• Your task: Retype verbatim the lines of the listing, from the very first through the line with "f 189 360 359".

• The data:
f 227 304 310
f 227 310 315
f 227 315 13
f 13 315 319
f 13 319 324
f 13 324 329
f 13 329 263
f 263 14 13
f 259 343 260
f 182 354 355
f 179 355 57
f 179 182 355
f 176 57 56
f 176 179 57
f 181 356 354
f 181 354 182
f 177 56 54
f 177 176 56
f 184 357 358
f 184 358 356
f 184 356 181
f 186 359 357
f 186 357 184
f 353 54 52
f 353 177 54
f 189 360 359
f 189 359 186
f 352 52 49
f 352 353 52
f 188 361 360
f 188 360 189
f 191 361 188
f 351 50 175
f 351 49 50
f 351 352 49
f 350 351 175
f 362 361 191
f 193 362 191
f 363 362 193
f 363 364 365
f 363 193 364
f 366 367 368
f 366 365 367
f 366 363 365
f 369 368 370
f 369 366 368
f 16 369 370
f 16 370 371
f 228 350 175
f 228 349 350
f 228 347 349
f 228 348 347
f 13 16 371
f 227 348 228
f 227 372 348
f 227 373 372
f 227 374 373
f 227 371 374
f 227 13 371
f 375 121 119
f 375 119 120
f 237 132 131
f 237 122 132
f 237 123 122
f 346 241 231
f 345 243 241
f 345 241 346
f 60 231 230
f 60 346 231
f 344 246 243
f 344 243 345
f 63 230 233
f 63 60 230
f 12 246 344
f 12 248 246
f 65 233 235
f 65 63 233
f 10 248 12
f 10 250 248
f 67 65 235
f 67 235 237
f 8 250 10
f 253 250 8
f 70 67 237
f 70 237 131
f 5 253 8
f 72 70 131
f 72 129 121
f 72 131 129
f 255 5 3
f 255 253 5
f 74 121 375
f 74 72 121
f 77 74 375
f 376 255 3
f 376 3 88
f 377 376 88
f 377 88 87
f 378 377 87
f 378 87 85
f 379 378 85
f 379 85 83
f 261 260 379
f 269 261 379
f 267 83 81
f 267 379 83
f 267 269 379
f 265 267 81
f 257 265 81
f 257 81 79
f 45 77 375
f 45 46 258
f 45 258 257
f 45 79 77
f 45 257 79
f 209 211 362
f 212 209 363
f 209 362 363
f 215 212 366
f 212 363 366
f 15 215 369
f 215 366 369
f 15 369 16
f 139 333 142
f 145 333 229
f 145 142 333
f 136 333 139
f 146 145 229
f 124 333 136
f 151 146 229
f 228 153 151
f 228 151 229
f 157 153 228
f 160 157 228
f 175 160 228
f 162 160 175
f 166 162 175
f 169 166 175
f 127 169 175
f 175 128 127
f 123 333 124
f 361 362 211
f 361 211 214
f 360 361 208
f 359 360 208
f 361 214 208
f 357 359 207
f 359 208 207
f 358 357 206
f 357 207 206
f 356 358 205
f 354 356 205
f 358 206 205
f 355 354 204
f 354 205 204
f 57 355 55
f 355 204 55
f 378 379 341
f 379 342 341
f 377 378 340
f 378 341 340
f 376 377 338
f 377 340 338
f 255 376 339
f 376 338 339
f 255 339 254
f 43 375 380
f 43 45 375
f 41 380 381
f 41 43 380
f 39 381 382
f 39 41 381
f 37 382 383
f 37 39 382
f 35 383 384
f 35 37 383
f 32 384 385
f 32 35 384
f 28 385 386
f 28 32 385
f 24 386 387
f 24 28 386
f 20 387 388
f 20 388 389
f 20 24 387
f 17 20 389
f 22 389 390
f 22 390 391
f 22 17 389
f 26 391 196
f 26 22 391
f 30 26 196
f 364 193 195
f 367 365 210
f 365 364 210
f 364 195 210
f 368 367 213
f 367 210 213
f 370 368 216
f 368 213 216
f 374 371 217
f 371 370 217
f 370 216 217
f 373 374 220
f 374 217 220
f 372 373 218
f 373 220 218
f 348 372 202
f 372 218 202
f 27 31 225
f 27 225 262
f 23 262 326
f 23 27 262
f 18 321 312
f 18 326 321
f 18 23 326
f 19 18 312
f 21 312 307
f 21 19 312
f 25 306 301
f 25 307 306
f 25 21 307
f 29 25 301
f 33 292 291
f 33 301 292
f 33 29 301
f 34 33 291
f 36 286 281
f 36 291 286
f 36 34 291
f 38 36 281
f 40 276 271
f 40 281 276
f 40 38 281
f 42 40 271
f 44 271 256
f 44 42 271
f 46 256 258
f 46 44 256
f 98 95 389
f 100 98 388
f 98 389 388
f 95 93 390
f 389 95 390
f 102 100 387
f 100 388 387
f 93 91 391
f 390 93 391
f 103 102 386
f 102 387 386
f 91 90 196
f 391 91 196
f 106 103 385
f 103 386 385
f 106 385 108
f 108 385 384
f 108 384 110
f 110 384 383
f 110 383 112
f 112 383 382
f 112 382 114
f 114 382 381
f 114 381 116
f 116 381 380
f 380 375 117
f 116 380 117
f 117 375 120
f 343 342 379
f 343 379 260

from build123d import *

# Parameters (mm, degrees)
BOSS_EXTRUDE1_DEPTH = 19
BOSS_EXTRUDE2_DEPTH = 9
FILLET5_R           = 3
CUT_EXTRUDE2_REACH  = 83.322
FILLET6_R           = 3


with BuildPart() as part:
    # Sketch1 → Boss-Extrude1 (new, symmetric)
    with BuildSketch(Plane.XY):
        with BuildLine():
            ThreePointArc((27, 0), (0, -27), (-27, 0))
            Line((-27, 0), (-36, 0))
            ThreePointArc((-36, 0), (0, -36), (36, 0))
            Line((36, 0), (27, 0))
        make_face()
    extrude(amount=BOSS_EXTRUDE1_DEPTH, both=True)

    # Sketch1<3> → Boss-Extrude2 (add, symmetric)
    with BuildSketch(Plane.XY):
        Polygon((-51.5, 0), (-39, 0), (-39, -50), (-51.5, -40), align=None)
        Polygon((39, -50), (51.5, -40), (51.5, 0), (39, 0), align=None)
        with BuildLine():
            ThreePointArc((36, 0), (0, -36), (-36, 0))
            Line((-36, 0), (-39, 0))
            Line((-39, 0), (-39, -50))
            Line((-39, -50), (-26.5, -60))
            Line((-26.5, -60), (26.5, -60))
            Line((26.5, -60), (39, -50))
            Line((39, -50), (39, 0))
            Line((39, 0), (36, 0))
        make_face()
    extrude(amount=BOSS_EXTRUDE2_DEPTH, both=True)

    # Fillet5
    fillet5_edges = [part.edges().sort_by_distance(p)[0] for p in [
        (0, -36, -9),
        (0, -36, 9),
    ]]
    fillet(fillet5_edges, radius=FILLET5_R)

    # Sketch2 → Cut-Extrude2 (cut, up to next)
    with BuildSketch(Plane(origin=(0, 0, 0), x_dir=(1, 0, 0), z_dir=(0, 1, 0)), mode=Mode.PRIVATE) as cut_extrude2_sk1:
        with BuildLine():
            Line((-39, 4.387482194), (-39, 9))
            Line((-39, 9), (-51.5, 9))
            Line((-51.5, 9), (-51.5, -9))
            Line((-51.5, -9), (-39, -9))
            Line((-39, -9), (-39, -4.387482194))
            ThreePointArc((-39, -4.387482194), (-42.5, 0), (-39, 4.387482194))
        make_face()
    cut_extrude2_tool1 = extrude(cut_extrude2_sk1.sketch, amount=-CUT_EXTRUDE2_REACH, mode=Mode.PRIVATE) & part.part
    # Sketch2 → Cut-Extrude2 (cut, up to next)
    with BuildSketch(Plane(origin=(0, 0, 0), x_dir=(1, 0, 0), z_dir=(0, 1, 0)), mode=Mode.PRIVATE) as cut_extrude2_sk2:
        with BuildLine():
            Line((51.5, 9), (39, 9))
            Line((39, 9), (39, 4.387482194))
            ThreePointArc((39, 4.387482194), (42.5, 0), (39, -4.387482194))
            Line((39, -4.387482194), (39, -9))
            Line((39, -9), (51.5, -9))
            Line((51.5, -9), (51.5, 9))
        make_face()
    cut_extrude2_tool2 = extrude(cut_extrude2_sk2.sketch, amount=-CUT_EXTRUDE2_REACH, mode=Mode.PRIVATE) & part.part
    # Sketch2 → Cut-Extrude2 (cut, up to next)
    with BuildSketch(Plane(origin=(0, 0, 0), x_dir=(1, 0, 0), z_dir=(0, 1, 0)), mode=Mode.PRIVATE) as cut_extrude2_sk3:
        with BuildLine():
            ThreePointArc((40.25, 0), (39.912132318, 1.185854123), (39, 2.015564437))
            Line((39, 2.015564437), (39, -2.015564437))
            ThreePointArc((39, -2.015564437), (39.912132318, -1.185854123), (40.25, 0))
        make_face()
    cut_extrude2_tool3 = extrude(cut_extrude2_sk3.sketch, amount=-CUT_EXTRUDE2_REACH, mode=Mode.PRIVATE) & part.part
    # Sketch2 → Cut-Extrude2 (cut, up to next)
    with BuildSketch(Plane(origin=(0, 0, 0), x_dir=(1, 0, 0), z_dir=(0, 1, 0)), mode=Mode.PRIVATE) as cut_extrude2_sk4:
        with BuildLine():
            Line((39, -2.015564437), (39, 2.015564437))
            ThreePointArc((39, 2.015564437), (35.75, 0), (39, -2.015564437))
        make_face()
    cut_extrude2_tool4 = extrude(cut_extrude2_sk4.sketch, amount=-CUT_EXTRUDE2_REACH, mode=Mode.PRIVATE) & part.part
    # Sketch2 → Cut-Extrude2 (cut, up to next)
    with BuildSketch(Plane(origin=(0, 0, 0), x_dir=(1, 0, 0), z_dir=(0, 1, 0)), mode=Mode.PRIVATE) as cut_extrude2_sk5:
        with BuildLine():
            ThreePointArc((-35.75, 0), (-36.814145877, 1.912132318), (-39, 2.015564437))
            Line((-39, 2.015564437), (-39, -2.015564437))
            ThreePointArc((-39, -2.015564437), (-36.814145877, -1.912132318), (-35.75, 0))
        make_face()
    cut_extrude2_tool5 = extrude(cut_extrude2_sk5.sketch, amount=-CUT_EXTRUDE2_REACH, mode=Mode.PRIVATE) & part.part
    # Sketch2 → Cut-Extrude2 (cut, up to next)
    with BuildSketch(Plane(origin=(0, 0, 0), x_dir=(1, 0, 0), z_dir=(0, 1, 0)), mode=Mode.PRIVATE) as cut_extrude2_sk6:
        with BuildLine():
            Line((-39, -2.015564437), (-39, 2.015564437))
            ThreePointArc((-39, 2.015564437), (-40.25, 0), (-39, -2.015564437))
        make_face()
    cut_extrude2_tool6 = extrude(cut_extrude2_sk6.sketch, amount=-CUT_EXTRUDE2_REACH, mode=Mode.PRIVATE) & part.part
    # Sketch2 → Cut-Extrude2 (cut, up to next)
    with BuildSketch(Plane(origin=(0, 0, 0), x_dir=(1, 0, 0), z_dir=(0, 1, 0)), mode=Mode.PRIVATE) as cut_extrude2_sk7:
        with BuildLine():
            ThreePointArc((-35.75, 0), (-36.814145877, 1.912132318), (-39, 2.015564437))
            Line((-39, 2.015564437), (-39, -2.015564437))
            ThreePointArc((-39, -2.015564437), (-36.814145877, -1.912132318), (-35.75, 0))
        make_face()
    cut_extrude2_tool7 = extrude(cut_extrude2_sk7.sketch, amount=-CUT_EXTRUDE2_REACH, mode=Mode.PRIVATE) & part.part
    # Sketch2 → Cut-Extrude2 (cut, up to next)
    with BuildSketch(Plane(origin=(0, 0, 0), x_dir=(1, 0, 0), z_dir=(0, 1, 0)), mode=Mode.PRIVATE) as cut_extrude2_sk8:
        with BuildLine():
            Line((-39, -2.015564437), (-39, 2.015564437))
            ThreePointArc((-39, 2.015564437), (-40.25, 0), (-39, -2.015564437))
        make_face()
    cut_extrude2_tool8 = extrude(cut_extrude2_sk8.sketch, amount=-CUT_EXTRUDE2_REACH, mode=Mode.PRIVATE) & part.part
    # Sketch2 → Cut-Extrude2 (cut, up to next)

• Answer for this exercise:
f 227 304 310
f 227 310 315
f 227 315 13
f 13 315 319
f 13 319 324
f 13 324 329
f 13 329 263
f 263 14 13
f 259 343 260
f 182 354 355
f 179 355 57
f 179 182 355
f 176 57 56
f 176 179 57
f 181 356 354
f 181 354 182
f 177 56 54
f 177 176 56
f 184 357 358
f 184 358 356
f 184 356 181
f 186 359 357
f 186 357 184
f 353 54 52
f 353 177 54
f 189 360 359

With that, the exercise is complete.